Task to carry out ▸
Please return every line of the records below that holds the word "BuildSketch".

Dataset records:
──────────
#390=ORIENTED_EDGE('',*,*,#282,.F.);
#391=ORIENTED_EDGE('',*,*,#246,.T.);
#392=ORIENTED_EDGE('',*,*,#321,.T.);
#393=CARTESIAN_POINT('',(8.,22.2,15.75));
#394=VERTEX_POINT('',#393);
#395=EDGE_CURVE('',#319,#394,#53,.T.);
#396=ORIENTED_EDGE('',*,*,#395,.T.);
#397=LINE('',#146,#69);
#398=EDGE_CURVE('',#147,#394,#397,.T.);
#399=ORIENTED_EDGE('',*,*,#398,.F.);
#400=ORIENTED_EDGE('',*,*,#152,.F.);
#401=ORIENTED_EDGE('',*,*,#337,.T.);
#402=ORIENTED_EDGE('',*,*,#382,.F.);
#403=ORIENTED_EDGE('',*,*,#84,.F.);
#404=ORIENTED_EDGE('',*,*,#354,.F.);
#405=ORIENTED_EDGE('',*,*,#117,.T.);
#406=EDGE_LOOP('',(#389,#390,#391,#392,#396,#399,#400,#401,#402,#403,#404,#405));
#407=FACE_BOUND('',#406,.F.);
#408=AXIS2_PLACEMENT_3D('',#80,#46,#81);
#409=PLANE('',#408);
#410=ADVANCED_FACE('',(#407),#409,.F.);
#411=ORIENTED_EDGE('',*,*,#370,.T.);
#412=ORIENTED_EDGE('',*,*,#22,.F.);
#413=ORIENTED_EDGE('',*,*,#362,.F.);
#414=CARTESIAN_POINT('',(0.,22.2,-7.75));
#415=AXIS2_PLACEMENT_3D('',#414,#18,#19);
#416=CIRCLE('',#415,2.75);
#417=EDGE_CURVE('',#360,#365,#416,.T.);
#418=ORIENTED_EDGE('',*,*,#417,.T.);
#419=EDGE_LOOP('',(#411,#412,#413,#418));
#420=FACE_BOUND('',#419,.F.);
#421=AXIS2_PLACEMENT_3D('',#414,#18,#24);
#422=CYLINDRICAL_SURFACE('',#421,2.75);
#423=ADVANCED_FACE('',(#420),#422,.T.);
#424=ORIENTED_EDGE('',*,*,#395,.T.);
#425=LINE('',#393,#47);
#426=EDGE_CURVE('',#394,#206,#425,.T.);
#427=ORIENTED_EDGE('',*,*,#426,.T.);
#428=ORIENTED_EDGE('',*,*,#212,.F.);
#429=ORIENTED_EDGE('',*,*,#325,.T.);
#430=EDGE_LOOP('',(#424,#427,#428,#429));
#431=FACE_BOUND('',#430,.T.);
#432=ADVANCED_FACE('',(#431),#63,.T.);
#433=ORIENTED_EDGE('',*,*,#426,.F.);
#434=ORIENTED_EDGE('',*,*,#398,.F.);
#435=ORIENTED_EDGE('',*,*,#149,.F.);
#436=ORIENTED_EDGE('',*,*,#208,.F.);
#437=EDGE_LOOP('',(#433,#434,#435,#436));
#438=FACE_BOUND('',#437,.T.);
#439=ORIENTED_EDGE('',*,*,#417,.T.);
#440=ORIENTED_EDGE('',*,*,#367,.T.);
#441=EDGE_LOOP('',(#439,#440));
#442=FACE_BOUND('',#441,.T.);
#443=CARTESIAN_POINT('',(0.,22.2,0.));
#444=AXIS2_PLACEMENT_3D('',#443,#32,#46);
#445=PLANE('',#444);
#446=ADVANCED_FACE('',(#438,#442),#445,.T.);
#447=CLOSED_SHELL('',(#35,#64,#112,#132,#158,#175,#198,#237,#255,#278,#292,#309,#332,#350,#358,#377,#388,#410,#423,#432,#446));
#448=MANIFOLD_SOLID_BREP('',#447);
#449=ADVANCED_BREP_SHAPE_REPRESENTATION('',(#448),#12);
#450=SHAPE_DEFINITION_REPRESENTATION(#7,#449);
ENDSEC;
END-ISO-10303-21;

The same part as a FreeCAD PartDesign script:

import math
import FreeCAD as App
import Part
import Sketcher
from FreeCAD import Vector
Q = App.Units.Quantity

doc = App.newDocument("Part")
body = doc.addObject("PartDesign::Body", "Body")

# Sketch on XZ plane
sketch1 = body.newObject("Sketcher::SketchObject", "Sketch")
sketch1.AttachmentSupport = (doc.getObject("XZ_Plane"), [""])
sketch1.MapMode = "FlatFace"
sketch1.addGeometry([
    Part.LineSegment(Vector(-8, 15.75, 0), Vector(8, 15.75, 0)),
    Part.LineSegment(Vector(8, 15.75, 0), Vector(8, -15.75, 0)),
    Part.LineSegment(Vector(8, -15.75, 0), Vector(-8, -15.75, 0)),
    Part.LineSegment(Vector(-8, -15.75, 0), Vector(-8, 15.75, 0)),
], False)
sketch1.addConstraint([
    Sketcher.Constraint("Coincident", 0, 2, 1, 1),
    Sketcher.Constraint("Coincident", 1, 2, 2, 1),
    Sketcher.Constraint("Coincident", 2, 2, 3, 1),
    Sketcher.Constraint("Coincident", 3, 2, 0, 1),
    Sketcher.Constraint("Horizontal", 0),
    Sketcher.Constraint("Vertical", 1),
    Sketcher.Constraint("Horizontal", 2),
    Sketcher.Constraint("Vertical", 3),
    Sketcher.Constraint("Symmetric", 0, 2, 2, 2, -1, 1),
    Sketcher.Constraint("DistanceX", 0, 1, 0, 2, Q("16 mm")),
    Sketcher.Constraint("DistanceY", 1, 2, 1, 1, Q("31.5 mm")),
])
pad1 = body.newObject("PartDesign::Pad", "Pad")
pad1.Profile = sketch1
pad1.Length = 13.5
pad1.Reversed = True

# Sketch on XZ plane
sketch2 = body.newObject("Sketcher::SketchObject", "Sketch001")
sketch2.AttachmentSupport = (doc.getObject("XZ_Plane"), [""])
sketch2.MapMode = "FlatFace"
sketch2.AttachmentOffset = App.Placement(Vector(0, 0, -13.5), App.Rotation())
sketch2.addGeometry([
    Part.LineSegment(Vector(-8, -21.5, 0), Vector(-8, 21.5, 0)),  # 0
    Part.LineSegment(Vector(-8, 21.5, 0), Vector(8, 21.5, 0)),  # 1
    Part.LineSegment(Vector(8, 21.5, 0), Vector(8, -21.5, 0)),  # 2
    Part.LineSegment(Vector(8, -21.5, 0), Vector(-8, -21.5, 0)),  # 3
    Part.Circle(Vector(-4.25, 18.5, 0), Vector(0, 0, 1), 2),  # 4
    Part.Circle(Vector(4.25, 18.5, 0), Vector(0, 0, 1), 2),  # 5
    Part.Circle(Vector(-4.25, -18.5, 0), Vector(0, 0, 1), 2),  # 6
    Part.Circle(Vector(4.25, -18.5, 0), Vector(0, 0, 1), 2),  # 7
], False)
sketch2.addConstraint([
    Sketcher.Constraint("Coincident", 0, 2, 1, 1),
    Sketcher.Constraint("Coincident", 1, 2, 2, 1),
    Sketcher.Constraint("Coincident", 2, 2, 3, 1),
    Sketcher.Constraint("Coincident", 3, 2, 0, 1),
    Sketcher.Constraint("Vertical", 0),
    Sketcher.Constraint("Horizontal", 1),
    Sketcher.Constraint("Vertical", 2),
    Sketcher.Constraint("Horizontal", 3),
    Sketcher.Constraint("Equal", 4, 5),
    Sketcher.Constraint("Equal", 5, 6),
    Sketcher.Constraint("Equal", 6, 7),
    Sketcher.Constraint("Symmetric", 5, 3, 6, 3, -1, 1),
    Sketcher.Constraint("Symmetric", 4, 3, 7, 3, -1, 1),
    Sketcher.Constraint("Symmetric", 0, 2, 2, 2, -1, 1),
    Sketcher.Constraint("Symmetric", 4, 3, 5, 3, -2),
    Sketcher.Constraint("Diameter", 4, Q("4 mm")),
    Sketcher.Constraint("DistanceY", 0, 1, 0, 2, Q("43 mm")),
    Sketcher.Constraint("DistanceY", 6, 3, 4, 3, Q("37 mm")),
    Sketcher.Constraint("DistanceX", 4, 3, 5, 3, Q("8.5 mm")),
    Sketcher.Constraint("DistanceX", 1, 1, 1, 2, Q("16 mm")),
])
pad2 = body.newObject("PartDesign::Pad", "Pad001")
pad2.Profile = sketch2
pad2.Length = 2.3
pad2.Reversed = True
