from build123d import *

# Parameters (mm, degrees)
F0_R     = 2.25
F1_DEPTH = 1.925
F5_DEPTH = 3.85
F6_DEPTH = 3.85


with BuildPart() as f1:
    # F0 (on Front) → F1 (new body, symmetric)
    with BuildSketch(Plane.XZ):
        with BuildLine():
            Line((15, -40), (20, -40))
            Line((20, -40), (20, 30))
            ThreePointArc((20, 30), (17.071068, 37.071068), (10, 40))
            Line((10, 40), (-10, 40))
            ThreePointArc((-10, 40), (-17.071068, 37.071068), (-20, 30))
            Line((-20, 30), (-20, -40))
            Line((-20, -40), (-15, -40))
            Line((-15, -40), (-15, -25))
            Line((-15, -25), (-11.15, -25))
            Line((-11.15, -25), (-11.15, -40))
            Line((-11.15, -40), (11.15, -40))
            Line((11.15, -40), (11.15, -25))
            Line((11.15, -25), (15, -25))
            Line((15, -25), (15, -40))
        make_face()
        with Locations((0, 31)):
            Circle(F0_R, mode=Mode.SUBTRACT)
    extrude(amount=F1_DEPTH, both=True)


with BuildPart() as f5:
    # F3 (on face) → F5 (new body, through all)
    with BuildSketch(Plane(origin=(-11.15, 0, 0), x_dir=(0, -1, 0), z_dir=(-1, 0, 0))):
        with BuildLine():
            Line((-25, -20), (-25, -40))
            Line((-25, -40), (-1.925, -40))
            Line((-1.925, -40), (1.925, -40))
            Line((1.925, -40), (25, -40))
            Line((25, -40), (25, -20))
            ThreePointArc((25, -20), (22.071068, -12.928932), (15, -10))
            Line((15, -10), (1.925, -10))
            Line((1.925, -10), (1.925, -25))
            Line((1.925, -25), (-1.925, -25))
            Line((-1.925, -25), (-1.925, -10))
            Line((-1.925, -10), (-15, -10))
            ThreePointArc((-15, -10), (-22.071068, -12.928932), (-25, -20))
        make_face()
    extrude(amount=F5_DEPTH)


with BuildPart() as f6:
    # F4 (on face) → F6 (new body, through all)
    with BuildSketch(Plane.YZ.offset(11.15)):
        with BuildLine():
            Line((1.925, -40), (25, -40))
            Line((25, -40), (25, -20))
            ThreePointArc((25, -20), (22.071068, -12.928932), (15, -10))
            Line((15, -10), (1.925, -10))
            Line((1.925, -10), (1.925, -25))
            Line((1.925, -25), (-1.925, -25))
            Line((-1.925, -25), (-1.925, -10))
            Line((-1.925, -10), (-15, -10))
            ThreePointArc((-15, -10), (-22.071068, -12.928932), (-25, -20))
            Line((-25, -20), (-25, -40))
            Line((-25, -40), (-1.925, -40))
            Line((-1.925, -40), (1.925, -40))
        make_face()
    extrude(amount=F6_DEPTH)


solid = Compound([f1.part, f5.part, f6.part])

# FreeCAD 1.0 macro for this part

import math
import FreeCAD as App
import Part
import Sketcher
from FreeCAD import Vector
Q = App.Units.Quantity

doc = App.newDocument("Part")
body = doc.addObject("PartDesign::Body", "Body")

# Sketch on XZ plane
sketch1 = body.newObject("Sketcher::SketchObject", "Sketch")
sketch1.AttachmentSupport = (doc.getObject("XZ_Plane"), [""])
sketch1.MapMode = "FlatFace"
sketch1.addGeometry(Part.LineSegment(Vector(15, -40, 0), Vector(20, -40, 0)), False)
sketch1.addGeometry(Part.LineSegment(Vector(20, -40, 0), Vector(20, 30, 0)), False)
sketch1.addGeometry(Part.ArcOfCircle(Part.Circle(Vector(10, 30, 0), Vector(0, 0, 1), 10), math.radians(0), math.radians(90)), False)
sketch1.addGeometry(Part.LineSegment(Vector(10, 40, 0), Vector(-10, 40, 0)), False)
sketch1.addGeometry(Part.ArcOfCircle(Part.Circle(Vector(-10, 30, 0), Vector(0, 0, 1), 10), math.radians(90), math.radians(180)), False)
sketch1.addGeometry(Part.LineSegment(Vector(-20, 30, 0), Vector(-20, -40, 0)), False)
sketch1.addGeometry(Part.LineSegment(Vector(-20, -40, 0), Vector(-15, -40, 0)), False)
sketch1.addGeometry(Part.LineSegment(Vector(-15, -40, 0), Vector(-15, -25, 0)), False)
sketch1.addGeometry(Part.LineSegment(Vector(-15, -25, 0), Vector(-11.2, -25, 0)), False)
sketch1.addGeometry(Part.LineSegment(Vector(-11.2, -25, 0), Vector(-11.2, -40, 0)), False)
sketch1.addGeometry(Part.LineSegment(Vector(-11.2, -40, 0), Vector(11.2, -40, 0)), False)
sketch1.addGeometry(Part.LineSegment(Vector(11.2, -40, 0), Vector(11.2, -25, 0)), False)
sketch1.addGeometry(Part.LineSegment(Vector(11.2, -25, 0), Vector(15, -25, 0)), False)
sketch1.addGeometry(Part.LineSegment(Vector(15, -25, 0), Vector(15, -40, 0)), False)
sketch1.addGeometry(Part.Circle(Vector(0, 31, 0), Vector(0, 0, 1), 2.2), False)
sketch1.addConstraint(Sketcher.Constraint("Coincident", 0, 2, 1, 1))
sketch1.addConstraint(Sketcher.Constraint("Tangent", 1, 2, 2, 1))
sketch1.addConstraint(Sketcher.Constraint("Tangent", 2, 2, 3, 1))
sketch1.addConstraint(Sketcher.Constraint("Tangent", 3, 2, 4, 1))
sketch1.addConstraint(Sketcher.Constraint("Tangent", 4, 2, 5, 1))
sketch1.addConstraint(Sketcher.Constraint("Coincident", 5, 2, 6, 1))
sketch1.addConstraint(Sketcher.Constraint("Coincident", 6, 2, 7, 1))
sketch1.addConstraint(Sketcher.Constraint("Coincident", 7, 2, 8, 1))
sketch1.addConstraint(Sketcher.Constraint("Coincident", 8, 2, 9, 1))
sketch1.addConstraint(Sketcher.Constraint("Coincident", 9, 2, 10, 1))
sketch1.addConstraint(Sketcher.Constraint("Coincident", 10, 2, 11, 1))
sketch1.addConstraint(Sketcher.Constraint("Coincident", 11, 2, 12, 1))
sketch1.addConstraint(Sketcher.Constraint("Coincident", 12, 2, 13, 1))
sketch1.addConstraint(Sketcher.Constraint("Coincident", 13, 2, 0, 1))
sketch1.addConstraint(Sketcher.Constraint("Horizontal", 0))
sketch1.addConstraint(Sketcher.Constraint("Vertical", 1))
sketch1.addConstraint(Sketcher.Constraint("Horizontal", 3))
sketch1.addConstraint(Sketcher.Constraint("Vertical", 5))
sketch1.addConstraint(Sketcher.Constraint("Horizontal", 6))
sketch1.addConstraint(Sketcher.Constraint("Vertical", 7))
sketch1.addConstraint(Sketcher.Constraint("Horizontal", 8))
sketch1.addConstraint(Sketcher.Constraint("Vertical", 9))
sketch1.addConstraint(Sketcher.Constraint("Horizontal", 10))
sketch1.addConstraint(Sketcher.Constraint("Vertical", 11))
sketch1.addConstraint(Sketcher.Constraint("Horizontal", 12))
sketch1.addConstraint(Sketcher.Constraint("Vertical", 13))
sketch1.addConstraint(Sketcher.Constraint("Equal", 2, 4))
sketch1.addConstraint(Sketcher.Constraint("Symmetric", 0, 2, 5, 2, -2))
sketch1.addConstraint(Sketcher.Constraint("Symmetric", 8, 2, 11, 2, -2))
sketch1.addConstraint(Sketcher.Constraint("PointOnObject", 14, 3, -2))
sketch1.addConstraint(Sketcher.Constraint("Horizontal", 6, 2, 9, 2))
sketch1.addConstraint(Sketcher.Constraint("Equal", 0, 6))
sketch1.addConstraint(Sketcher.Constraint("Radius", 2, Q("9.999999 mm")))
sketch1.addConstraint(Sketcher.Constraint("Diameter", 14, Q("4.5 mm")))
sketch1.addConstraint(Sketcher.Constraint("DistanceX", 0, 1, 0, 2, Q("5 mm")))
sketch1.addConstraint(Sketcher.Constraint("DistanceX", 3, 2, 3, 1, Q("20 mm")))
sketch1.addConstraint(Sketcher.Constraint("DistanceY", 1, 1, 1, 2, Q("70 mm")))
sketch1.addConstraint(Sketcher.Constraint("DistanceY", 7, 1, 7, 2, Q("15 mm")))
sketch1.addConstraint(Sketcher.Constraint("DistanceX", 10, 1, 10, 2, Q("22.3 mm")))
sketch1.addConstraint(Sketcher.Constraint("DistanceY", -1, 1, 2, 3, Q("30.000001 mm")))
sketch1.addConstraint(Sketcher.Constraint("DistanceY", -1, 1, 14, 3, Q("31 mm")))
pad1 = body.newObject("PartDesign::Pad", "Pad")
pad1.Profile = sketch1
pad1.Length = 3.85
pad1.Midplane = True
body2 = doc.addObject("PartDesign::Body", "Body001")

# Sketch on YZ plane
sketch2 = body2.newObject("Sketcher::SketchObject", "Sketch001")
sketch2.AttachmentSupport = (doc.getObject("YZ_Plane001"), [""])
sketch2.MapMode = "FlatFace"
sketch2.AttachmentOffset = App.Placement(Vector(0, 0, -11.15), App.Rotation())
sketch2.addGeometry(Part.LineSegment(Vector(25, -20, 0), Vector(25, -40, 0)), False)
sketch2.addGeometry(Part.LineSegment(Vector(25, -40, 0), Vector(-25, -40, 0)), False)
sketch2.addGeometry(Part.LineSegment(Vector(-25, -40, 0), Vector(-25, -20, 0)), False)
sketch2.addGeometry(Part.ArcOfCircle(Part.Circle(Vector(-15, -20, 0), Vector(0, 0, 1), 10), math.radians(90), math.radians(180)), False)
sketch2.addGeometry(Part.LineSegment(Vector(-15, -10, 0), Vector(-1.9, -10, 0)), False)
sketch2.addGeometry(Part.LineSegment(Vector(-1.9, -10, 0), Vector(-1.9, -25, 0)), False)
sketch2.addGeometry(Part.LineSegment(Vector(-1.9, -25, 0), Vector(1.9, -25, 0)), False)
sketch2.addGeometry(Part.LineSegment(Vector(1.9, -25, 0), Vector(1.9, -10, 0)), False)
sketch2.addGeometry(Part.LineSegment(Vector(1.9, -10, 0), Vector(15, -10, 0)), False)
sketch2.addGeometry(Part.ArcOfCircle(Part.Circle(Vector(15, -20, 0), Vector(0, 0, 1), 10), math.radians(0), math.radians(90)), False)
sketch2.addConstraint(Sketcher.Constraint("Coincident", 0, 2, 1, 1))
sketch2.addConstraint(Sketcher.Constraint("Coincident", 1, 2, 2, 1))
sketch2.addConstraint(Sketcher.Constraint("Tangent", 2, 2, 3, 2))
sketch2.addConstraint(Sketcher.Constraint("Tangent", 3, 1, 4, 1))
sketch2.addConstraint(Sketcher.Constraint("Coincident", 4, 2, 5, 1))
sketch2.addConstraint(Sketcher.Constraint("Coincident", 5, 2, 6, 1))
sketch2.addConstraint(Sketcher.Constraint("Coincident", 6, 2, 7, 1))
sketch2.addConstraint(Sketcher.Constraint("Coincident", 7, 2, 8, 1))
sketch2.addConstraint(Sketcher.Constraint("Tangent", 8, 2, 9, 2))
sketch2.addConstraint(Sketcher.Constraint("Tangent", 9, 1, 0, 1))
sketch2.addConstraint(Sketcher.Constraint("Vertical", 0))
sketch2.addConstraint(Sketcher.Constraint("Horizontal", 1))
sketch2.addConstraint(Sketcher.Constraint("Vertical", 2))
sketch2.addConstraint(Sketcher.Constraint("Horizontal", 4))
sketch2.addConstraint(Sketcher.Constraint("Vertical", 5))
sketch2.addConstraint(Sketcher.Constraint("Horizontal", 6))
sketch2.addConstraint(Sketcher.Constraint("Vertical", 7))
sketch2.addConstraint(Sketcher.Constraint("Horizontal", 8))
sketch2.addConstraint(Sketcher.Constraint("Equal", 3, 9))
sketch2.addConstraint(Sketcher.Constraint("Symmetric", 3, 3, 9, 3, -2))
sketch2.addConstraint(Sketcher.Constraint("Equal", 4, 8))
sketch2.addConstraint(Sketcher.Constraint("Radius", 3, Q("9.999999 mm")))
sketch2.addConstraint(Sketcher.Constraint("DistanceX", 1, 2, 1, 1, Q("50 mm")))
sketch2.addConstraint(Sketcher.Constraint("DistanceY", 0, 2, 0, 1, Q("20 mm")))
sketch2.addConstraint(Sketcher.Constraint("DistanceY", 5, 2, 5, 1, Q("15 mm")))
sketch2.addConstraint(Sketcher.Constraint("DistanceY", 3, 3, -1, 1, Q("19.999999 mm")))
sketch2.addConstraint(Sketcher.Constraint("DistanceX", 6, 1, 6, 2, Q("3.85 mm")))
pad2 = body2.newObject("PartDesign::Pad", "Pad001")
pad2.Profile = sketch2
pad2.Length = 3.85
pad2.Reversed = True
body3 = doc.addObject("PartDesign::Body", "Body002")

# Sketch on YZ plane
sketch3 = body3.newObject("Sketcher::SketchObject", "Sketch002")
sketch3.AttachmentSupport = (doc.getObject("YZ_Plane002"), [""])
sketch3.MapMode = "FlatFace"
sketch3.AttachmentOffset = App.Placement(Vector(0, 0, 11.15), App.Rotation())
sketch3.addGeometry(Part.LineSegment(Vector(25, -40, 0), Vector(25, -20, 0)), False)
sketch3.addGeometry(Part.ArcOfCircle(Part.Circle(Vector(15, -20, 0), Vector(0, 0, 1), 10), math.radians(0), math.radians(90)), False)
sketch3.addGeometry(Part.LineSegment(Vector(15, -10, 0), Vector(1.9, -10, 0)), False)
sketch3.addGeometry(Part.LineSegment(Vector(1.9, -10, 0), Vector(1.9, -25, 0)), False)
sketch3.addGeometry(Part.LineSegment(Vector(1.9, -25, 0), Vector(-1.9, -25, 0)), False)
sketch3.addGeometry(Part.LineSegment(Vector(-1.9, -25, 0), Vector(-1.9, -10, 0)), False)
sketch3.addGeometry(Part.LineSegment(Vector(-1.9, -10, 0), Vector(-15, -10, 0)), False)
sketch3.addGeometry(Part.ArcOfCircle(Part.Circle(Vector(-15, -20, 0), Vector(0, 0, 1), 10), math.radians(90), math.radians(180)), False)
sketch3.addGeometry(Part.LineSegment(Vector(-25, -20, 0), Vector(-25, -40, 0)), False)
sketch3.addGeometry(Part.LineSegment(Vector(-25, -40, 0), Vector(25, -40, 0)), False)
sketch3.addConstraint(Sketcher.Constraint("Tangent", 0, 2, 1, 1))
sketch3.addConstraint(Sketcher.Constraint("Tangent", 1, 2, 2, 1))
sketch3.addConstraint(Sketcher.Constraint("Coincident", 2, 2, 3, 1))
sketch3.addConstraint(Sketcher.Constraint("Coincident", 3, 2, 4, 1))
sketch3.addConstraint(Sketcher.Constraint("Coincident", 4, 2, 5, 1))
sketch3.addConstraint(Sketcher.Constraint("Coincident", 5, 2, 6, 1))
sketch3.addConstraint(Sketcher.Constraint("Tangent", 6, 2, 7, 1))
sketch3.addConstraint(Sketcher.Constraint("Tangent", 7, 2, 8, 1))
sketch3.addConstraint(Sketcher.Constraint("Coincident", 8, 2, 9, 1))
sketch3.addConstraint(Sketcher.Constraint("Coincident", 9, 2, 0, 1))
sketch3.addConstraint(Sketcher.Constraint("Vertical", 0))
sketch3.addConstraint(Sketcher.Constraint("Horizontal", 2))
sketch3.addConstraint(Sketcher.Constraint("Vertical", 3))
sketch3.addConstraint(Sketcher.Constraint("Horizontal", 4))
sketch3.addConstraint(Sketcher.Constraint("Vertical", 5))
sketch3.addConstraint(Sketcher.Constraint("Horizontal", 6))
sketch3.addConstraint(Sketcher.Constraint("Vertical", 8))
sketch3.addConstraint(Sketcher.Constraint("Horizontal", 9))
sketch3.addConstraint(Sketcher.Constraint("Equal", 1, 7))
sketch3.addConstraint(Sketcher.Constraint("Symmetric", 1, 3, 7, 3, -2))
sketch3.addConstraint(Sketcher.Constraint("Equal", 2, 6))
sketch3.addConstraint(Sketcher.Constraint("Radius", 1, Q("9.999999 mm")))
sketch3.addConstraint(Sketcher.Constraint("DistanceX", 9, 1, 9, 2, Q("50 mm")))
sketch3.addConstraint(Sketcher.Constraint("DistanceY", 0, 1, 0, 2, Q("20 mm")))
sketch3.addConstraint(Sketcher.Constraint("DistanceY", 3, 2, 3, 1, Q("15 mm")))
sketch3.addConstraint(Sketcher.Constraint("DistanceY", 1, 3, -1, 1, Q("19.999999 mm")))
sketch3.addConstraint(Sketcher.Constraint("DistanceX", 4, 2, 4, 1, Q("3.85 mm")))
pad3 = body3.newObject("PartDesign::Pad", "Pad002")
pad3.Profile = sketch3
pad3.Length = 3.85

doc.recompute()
──────────
Solution below ▸
    with BuildSketch(Plane.XZ):
    with BuildSketch(Plane(origin=(-11.15, 0, 0), x_dir=(0, -1, 0), z_dir=(-1, 0, 0))):
    with BuildSketch(Plane.YZ.offset(11.15)):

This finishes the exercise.